* _Listed entries_:
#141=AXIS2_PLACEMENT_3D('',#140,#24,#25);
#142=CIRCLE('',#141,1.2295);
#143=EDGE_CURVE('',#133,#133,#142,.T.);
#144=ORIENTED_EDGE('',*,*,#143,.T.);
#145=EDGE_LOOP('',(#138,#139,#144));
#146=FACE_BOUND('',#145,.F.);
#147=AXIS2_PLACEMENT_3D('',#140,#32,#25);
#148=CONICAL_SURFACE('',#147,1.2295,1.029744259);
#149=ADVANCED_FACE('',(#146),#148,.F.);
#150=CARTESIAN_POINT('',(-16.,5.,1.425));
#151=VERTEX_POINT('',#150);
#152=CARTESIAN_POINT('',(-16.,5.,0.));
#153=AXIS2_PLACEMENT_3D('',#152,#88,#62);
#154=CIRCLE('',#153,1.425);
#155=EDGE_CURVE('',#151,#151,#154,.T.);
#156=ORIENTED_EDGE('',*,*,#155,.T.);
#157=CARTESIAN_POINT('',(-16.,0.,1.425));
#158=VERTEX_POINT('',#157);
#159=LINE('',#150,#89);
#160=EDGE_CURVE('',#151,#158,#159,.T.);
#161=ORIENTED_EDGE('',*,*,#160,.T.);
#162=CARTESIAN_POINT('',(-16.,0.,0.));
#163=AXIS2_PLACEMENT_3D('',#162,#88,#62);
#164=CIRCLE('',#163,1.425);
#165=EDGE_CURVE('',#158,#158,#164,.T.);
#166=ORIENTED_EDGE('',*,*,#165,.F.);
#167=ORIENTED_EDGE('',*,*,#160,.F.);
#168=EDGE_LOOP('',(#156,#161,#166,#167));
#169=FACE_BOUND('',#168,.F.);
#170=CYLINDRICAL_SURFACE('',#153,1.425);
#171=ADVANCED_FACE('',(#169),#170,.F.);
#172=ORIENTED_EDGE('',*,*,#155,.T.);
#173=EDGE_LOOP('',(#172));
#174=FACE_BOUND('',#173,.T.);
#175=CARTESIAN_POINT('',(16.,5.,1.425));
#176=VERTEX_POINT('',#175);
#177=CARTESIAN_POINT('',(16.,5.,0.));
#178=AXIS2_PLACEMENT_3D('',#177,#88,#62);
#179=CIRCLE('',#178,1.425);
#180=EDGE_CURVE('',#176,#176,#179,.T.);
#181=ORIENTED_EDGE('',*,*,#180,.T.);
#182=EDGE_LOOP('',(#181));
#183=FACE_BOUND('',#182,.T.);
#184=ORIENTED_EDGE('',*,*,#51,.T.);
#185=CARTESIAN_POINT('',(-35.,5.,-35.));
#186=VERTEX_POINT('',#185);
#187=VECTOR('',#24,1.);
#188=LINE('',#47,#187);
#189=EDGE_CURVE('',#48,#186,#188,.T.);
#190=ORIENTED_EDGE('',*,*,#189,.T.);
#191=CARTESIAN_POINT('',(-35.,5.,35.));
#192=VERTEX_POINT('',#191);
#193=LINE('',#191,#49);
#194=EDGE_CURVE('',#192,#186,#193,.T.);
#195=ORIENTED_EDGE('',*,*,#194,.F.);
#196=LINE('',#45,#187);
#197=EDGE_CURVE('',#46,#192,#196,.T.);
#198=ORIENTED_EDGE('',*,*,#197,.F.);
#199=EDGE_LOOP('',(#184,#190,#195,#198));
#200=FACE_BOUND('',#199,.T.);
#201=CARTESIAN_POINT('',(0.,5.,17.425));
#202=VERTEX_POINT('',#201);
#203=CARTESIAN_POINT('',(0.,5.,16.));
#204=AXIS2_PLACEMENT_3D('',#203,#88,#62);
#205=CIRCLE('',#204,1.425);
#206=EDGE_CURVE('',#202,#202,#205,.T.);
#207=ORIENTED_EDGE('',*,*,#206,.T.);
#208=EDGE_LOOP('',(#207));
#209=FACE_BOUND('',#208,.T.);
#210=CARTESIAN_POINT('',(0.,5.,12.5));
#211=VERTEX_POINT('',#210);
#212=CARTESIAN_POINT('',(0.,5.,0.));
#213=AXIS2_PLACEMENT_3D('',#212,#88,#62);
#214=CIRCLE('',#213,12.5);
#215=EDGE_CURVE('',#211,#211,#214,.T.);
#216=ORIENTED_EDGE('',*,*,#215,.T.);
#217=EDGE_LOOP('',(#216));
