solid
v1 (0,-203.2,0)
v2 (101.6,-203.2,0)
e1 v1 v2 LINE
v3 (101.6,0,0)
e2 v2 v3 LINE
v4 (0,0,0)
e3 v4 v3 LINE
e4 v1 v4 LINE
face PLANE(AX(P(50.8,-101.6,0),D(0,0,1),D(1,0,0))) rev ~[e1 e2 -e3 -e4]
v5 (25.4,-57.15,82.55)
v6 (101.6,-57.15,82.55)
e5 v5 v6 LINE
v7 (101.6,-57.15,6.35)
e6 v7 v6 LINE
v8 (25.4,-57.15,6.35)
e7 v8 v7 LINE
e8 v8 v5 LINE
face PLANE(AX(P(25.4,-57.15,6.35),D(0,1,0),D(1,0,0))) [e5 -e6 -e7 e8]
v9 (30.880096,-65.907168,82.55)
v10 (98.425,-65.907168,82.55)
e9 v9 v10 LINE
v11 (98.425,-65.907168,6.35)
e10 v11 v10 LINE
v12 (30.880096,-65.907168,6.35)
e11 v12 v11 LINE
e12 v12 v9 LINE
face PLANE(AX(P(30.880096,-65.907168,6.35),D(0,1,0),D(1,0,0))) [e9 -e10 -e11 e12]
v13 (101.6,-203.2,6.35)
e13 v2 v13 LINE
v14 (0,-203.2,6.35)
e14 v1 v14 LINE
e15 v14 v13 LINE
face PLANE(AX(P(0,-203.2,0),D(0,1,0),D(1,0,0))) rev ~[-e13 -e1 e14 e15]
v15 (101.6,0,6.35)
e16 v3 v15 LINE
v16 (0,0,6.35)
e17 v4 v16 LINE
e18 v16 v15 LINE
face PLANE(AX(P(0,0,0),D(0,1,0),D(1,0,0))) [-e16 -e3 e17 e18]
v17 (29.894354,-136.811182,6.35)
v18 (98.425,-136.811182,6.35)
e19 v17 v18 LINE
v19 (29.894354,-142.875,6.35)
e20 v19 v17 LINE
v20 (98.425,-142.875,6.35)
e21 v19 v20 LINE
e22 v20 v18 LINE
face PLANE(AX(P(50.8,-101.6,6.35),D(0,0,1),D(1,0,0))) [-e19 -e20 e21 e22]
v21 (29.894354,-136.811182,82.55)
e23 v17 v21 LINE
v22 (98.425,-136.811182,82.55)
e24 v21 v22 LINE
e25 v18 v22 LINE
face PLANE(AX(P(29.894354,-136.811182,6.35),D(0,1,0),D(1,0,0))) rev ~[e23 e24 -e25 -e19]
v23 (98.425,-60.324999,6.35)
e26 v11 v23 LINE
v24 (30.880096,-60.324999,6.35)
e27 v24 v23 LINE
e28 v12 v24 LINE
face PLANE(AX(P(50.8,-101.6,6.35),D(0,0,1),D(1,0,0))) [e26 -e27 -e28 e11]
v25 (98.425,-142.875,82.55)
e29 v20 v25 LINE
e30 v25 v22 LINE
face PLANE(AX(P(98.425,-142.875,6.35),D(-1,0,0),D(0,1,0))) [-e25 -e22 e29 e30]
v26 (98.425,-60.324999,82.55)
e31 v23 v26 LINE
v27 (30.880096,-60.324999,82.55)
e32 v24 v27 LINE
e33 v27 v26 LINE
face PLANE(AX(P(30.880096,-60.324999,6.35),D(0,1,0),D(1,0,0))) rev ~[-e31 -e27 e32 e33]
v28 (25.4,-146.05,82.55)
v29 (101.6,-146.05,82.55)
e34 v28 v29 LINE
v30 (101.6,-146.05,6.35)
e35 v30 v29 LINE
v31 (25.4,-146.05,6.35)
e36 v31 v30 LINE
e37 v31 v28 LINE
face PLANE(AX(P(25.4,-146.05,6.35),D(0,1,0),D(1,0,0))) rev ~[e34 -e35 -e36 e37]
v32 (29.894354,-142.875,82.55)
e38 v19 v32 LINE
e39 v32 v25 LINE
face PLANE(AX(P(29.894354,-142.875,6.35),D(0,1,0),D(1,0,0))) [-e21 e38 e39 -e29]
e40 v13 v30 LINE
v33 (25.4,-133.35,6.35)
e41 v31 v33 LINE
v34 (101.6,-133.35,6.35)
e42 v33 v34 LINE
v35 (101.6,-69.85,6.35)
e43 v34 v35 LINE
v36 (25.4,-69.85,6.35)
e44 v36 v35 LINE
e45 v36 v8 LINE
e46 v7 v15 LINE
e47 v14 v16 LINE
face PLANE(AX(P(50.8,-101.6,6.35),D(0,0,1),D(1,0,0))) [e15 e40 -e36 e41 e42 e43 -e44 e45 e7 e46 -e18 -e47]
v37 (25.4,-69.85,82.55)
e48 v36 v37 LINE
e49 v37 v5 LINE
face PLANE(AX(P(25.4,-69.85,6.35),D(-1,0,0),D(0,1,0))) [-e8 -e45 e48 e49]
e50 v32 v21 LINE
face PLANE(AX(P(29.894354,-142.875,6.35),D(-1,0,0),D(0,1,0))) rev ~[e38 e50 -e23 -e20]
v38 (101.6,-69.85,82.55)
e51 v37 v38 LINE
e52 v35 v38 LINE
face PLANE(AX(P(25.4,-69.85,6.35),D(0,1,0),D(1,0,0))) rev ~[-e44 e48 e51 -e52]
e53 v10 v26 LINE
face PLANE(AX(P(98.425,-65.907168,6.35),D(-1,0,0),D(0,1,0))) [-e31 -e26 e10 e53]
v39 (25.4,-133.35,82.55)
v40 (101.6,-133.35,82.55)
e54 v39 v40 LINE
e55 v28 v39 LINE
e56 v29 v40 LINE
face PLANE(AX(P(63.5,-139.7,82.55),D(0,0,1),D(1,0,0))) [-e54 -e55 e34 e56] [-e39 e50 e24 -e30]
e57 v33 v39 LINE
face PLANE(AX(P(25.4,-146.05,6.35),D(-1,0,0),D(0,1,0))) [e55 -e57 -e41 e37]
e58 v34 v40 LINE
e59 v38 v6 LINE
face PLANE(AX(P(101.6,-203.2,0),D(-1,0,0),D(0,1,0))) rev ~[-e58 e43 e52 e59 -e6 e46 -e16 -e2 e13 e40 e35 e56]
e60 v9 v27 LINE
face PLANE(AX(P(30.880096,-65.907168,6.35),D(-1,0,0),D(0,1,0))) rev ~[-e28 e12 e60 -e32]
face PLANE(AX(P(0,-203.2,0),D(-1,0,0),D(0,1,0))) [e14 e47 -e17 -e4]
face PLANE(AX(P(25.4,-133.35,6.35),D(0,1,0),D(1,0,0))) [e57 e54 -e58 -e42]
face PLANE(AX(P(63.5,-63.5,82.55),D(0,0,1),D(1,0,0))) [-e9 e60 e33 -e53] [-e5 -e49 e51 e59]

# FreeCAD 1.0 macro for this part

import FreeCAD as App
import Part
import Sketcher
Q = App.Units.Quantity

doc = App.newDocument("Part")
body = doc.addObject("PartDesign::Body", "Body")

# Sketch on XY plane
sketch1 = doc.addObject("Sketcher::SketchObject", "Sketch")
body.addObject(sketch1)
sketch1.AttachmentSupport = (doc.XY_Plane, [""])
sketch1.MapMode = "FlatFace"
sketch1.addGeometry([
    Part.LineSegment(App.Vector(0, 0, 0), App.Vector(0, -203, 0)),
    Part.LineSegment(App.Vector(0, -203, 0), App.Vector(102, -203, 0)),
    Part.LineSegment(App.Vector(102, -203, 0), App.Vector(102, 0, 0)),
    Part.LineSegment(App.Vector(102, 0, 0), App.Vector(0, 0, 0)),
], False)
sketch1.addConstraint([
    Sketcher.Constraint("Coincident", 0, 2, 1, 1),
    Sketcher.Constraint("Coincident", 1, 2, 2, 1),
    Sketcher.Constraint("Coincident", 2, 2, 3, 1),
    Sketcher.Constraint("Coincident", 3, 2, 0, 1),
    Sketcher.Constraint("Vertical", 0),
    Sketcher.Constraint("Horizontal", 1),
    Sketcher.Constraint("Vertical", 2),
    Sketcher.Constraint("Horizontal", 3),
    Sketcher.Constraint("Coincident", 3, 2, -1, 1),
    Sketcher.Constraint("DistanceX", 1, 1, 1, 2, Q("4 in")),
    Sketcher.Constraint("DistanceY", 0, 2, 0, 1, Q("8 in")),
])
pad1 = doc.addObject("PartDesign::Pad", "Pad")
body.addObject(pad1)
pad1.Profile = sketch1
pad1.Length = Q("0.25 in")

# Sketch on XY plane
sketch2 = doc.addObject("Sketcher::SketchObject", "Sketch001")
body.addObject(sketch2)
sketch2.AttachmentSupport = (doc.XY_Plane, [""])
sketch2.MapMode = "FlatFace"
sketch2.AttachmentOffset = App.Placement(App.Vector(0, 0, 0.25 * 25.4), App.Rotation())
sketch2.addGeometry([
    Part.LineSegment(App.Vector(25, -57, 0), App.Vector(25, -70, 0)),  # 0
    Part.LineSegment(App.Vector(25, -70, 0), App.Vector(102, -70, 0)),  # 1
    Part.LineSegment(App.Vector(102, -70, 0), App.Vector(102, -57, 0)),  # 2
    Part.LineSegment(App.Vector(102, -57, 0), App.Vector(25, -57, 0)),  # 3
    Part.LineSegment(App.Vector(98, -66, 0), App.Vector(31, -66, 0)),  # 4
    Part.LineSegment(App.Vector(31, -66, 0), App.Vector(31, -60, 0)),  # 5
    Part.LineSegment(App.Vector(31, -60, 0), App.Vector(98, -60, 0)),  # 6
    Part.LineSegment(App.Vector(98, -60, 0), App.Vector(98, -66, 0)),  # 7
    Part.LineSegment(App.Vector(25, -133, 0), App.Vector(25, -146, 0)),  # 8
    Part.LineSegment(App.Vector(25, -146, 0), App.Vector(102, -146, 0)),  # 9
    Part.LineSegment(App.Vector(102, -146, 0), App.Vector(102, -133, 0)),  # 10
    Part.LineSegment(App.Vector(102, -133, 0), App.Vector(25, -133, 0)),  # 11
    Part.LineSegment(App.Vector(98, -143, 0), App.Vector(30, -143, 0)),  # 12
    Part.LineSegment(App.Vector(30, -143, 0), App.Vector(30, -137, 0)),  # 13
    Part.LineSegment(App.Vector(30, -137, 0), App.Vector(98, -137, 0)),  # 14
    Part.LineSegment(App.Vector(98, -137, 0), App.Vector(98, -143, 0)),  # 15
], False)
sketch2.addConstraint([
    Sketcher.Constraint("Coincident", 0, 2, 1, 1),
    Sketcher.Constraint("Coincident", 1, 2, 2, 1),
    Sketcher.Constraint("Coincident", 2, 2, 3, 1),
    Sketcher.Constraint("Coincident", 3, 2, 0, 1),
    Sketcher.Constraint("Coincident", 4, 2, 5, 1),
    Sketcher.Constraint("Coincident", 5, 2, 6, 1),
    Sketcher.Constraint("Coincident", 6, 2, 7, 1),
    Sketcher.Constraint("Coincident", 7, 2, 4, 1),
    Sketcher.Constraint("Coincident", 8, 2, 9, 1),
    Sketcher.Constraint("Coincident", 9, 2, 10, 1),
    Sketcher.Constraint("Coincident", 10, 2, 11, 1),
    Sketcher.Constraint("Coincident", 11, 2, 8, 1),
    Sketcher.Constraint("Coincident", 12, 2, 13, 1),
    Sketcher.Constraint("Coincident", 13, 2, 14, 1),
    Sketcher.Constraint("Coincident", 14, 2, 15, 1),
    Sketcher.Constraint("Coincident", 15, 2, 12, 1),
    Sketcher.Constraint("Vertical", 0),
    Sketcher.Constraint("Horizontal", 1),
    Sketcher.Constraint("Vertical", 2),
    Sketcher.Constraint("Horizontal", 3),
    Sketcher.Constraint("Horizontal", 4),
    Sketcher.Constraint("Vertical", 5),
    Sketcher.Constraint("Horizontal", 6),
    Sketcher.Constraint("Vertical", 7),
    Sketcher.Constraint("Vertical", 8),
    Sketcher.Constraint("Horizontal", 9),
    Sketcher.Constraint("Vertical", 10),
    Sketcher.Constraint("Horizontal", 11),
    Sketcher.Constraint("Horizontal", 12),
    Sketcher.Constraint("Vertical", 13),
    Sketcher.Constraint("Horizontal", 14),
    Sketcher.Constraint("Vertical", 15),
    Sketcher.Constraint("Vertical", 3, 2, 8, 2),
    Sketcher.Constraint("Vertical", 2, 2, 9, 2),
    Sketcher.Constraint("Vertical", 7, 2, 14, 2),
    Sketcher.Constraint("Equal", 2, 8),
    Sketcher.Constraint("DistanceX", 1, 1, 1, 2, Q("3 in")),
    Sketcher.Constraint("DistanceY", 0, 2, 0, 1, Q("0.5 in")),
    Sketcher.Constraint("DistanceX", -1, 1, 0, 2, Q("1 in")),
    Sketcher.Constraint("DistanceY", 8, 2, 0, 2, Q("3 in")),
    Sketcher.Constraint("DistanceY", 0, 2, -1, 1, Q("2.75 in")),
    Sketcher.Constraint("DistanceY", 5, 2, -1, 1, Q("2.375 in")),
    Sketcher.Constraint("DistanceX", -1, 1, 6, 2, Q("3.875 in")),
    Sketcher.Constraint("DistanceY", 12, 2, -1, 1, Q("5.625 in")),
    Sketcher.Constraint("DistanceY", 5, 1, 5, 2, 5.582169),
    Sketcher.Constraint("DistanceY", 13, 1, 13, 2, 6.063819),
    Sketcher.Constraint("DistanceX", 4, 2, 4, 1, 67.544904),
    Sketcher.Constraint("DistanceX", 12, 2, 12, 1, 68.530646),
])
pad2 = doc.addObject("PartDesign::Pad", "Pad001")
body.addObject(pad2)
pad2.Profile = sketch2
pad2.Length = Q("3 in")

doc.recompute()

* _Problem details_:
Lines, not occurrences, are what count: report how many lines of the records above include the word "CIRCLE", and nothing else.

* _Written solution_:
6